Желая уйти от себя, он пошел в кино. Он ждал, что мельканье и зыбкость, манишки, улыбки, горы, автомобили, что вся эта бестолочь если не утешит, то хотя бы оглушит его, подготовит его к тому тяжелому, глухому сну, который один помогал ему справляться с жизнью. Но на этот раз даже пестрядь экрана не могла отвлечь его от унылых, назойливых мыслей.
Показывали заграничную картину. В ресторане люди танцевали фокстрот. Володя не раз читал об этом, но увидел это он впервые. Люди прижимались друг к другу и подолгу тряслись. Так на экране мелькали кошмары Володи. Перед ним были не люди, но колеса, шестеренки, приводные ремни. Это показалось ему низким и оскорбительным. Зачем они это делают? Наверное, чтобы не думать. Значит, и там мысль людям не под силу. Они тоже пытаются жить так, как живут машины или заводные игрушки. Они не поют хором. Они танцуют фокстрот.
С гримасой отвращения Володя вышел из кино. Холодный ветер, доходивший с реки, показался ему враждебным. Он ежился.

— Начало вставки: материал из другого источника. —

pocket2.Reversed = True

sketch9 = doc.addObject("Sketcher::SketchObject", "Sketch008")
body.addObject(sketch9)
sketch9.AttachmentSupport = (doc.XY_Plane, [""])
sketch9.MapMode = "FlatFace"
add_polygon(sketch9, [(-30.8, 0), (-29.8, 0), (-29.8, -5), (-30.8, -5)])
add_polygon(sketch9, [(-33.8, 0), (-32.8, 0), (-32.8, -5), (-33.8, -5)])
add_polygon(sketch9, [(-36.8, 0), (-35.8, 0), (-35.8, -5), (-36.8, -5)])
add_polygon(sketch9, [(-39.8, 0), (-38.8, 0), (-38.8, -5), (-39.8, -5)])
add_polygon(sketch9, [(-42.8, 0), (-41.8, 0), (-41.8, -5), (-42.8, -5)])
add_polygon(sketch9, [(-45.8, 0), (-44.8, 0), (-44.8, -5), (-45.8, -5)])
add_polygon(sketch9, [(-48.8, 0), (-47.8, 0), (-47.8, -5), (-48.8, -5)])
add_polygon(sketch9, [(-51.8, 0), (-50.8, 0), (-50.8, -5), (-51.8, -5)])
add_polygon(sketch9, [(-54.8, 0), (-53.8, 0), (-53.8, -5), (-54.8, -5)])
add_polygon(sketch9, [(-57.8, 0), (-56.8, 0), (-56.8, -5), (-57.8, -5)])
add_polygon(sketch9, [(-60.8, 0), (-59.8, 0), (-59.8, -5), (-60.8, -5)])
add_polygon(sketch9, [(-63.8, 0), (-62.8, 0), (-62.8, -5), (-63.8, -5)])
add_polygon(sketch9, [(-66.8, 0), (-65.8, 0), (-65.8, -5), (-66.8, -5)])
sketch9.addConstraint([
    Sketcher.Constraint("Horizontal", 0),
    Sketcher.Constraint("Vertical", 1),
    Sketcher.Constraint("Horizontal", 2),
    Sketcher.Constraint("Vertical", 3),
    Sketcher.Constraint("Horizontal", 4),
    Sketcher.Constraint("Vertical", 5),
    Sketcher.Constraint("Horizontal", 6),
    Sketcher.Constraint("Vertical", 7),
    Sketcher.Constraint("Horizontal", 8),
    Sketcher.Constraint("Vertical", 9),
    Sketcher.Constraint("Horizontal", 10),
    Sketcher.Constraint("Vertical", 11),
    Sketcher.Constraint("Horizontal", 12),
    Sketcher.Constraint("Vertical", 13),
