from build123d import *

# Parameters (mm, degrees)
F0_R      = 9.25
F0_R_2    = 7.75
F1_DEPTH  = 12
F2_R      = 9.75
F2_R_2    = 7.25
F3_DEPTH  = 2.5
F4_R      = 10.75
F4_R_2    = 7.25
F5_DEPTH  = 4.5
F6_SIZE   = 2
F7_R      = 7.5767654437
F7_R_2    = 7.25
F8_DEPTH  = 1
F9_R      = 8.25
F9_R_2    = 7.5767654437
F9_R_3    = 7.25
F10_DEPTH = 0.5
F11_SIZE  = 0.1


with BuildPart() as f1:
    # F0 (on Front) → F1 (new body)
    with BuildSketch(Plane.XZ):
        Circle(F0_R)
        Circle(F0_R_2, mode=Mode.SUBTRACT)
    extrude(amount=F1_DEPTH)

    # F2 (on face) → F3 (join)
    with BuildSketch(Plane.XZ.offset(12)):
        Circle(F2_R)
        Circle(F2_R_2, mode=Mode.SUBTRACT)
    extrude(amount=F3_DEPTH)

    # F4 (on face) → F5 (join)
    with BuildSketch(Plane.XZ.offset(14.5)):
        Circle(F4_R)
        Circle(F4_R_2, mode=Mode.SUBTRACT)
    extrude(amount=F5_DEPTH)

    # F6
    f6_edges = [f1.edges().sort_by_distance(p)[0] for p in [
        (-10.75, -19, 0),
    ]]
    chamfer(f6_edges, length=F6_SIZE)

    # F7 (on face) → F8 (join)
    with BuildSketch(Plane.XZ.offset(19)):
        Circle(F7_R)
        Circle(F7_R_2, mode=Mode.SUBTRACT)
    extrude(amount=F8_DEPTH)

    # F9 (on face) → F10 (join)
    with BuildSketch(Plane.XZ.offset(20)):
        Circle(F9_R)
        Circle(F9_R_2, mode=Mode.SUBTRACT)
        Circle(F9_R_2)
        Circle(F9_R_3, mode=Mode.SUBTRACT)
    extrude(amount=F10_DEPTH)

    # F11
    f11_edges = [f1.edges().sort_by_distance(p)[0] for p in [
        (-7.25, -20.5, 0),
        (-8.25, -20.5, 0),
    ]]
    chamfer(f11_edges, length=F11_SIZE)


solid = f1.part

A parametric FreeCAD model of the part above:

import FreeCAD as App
import Part
import Sketcher
from FreeCAD import Vector
Q = App.Units.Quantity


def edges_at(feature, points):
    """Names of the edges that pass closest to the given points."""
    edges = feature.Shape.Edges
    near = lambda p: min(range(len(edges)), key=lambda i: edges[i].distToShape(Part.Vertex(*p))[0])
    return sorted({f"Edge{near(p) + 1}" for p in points})

doc = App.newDocument("Part")
body = doc.addObject("PartDesign::Body", "Body")

# Sketch on XZ plane
sketch1 = doc.addObject("Sketcher::SketchObject", "Sketch")
body.addObject(sketch1)
sketch1.AttachmentSupport = (doc.XZ_Plane, [""])
sketch1.MapMode = "FlatFace"
sketch1.addGeometry([
    Part.Circle(Vector(0, 0, 0), Vector(0, 0, 1), 9),
    Part.Circle(Vector(0, 0, 0), Vector(0, 0, 1), 8),
], False)
sketch1.addConstraint([
    Sketcher.Constraint("Coincident", 0, 3, -1, 1),
    Sketcher.Constraint("Coincident", 1, 3, -1, 1),
    Sketcher.Constraint("Diameter", 0, Q("18.5 mm")),
    Sketcher.Constraint("Diameter", 1, Q("15.5 mm")),
])
pad1 = doc.addObject("PartDesign::Pad", "Pad")
body.addObject(pad1)
pad1.Profile = sketch1
pad1.Length = 12

# Sketch on XZ plane
sketch2 = doc.addObject("Sketcher::SketchObject", "Sketch001")
body.addObject(sketch2)
sketch2.AttachmentSupport = (doc.XZ_Plane, [""])
sketch2.MapMode = "FlatFace"
sketch2.AttachmentOffset = App.Placement(Vector(0, 0, 12), App.Rotation())
sketch2.addGeometry([
    Part.Circle(Vector(0, 0, 0), Vector(0, 0, 1), 10),
    Part.Circle(Vector(0, 0, 0), Vector(0, 0, 1), 7),
], False)
sketch2.addConstraint([
    Sketcher.Constraint("Coincident", 0, 3, -1, 1),
    Sketcher.Constraint("Coincident", 1, 3, -1, 1),
    Sketcher.Constraint("Diameter", 0, Q("19.5 mm")),
    Sketcher.Constraint("Diameter", 1, Q("14.5 mm")),
])
pad2 = doc.addObject("PartDesign::Pad", "Pad001")
body.addObject(pad2)
pad2.Profile = sketch2
pad2.Length = 2.5

# Sketch on XZ plane
sketch3 = doc.addObject("Sketcher::SketchObject", "Sketch002")
body.addObject(sketch3)
sketch3.AttachmentSupport = (doc.XZ_Plane, [""])
sketch3.MapMode = "FlatFace"
sketch3.AttachmentOffset = App.Placement(Vector(0, 0, 14.5), App.Rotation())
sketch3.addGeometry([
    Part.Circle(Vector(0, 0, 0), Vector(0, 0, 1), 11),
    Part.Circle(Vector(0, 0, 0), Vector(0, 0, 1), 7),
], False)
sketch3.addConstraint([
    Sketcher.Constraint("Coincident", 0, 3, -1, 1),
    Sketcher.Constraint("Coincident", 1, 3, -1, 1),
    Sketcher.Constraint("Diameter", 0, Q("21.5 mm")),
    Sketcher.Constraint("Diameter", 1, Q("14.5 mm")),
])
pad3 = doc.addObject("PartDesign::Pad", "Pad002")
body.addObject(pad3)
pad3.Profile = sketch3
pad3.Length = 4.5
doc.recompute()

chamfer = doc.addObject("PartDesign::Chamfer", "Chamfer")
body.addObject(chamfer)
chamfer.Base = (pad3, edges_at(pad3, [(-10.75, -19, 0)]))
chamfer.Size = 2

# Sketch on XZ plane
sketch4 = doc.addObject("Sketcher::SketchObject", "Sketch003")
body.addObject(sketch4)
sketch4.AttachmentSupport = (doc.XZ_Plane, [""])
sketch4.MapMode = "FlatFace"
sketch4.AttachmentOffset = App.Placement(Vector(0, 0, 19), App.Rotation())
sketch4.addGeometry([
    Part.Circle(Vector(0, 0, 0), Vector(0, 0, 1), 8),
    Part.Circle(Vector(0, 0, 0), Vector(0, 0, 1), 7),
], False)
sketch4.addConstraint([
    Sketcher.Constraint("Coincident", 0, 3, -1, 1),
    Sketcher.Constraint("Coincident", 1, 3, -1, 1),
    Sketcher.Constraint("Diameter", 1, Q("14.5 mm")),
    Sketcher.Constraint("Diameter", 0, Q("15.153531 mm")),
])
pad4 = doc.addObject("PartDesign::Pad", "Pad003")
body.addObject(pad4)
pad4.Profile = sketch4
pad4.Length = 1

# Sketch on XZ plane
sketch5 = doc.addObject("Sketcher::SketchObject", "Sketch004")
body.addObject(sketch5)
sketch5.AttachmentSupport = (doc.XZ_Plane, [""])
sketch5.MapMode = "FlatFace"
sketch5.AttachmentOffset = App.Placement(Vector(0, 0, 20), App.Rotation())
sketch5.addGeometry([
    Part.Circle(Vector(0, 0, 0), Vector(0, 0, 1), 8),
    Part.Circle(Vector(0, 0, 0), Vector(0, 0, 1), 7),
], False)
sketch5.addConstraint([
    Sketcher.Constraint("Coincident", 0, 3, -1, 1),
    Sketcher.Constraint("Coincident", 1, 3, -1, 1),
    Sketcher.Constraint("Diameter", 0, Q("16.5 mm")),
    Sketcher.Constraint("Diameter", 1, Q("14.5 mm")),
])
pad5 = doc.addObject("PartDesign::Pad", "Pad004")
body.addObject(pad5)
pad5.Profile = sketch5
pad5.Length = 0.5
doc.recompute()

chamfer2 = doc.addObject("PartDesign::Chamfer", "Chamfer001")
body.addObject(chamfer2)
chamfer2.Base = (pad5, edges_at(pad5, [(-7.25, -20.5, 0), (-8.25, -20.5, 0)]))
chamfer2.Size = 0.1

doc.recompute()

Вернувшись в общежитие, он снова вытащил тетрадь: это был единственный друг, с которым он еще мог разговаривать. Он начал писать: «Паскаль назвал человека «мыслящим тростником». Одно из двух: или он был визионером, или человечество с тех пор выродилось. Во всяком случае, из тростников делают дудки. На дудке можно сыграть все: интернационал, камаринского мужика, фокстрот и реквием. Это дело вкуса. Но лучше всего прижать дудку к губам и не дышать. „Тишина, ты лучшее из всего, что слышал…“»
На соседней койке лежал Петька Рожков. Его губы едва заметно двигались: он все еще повторял прекрасные стихи. Он повторял их про себя, и Володя не мог догадаться, о чем думает его сосед, отходя ко сну.
Между ними были один метр и вся жизнь.
6
Отец Володи Сафонова был врачом в Тамбове. Лечил он главным образом бедняков. Люди с достатком к нему не обращались: у него была плохая слава. Он как-то публично признался, что, благодаря неправильному диагнозу, погубил вдову Шерке. Он часто говорил пациентам, что от их болезней медицина не знает средств, и больным это не нравилось.
Он сказал счетоводу Соловьеву, который жаловался на кашель: «Лекарства вам не помогут. Вам, голубчик, надо в Крым. Будь у меня деньги, я вам дал бы. А у меня у самого шиш. Вот и судите, как мне вас лечить?» Соловьев недоверчиво посмотрел на Сафонова. Он пошел к другому врачу, и тот выписал ему длиннущий рецепт.
Жене прокурора Власьева доктор Сафонов сказал: «Ваш супруг — сифилитик. Родить от такого ребенка — это, сударыня, преступление». В Охотничьем клубе прокурор Власьев ударил доктора Сафонова по лицу. Доктор подобрал с пола разбитые очки и печально улыбнулся. Он сказал своему молодому коллеге, доктору Гринбергу: «Себе я могу поставить диагноз: у меня гипертрофия того предполагаемого органа, который обычно зовут „совестью“».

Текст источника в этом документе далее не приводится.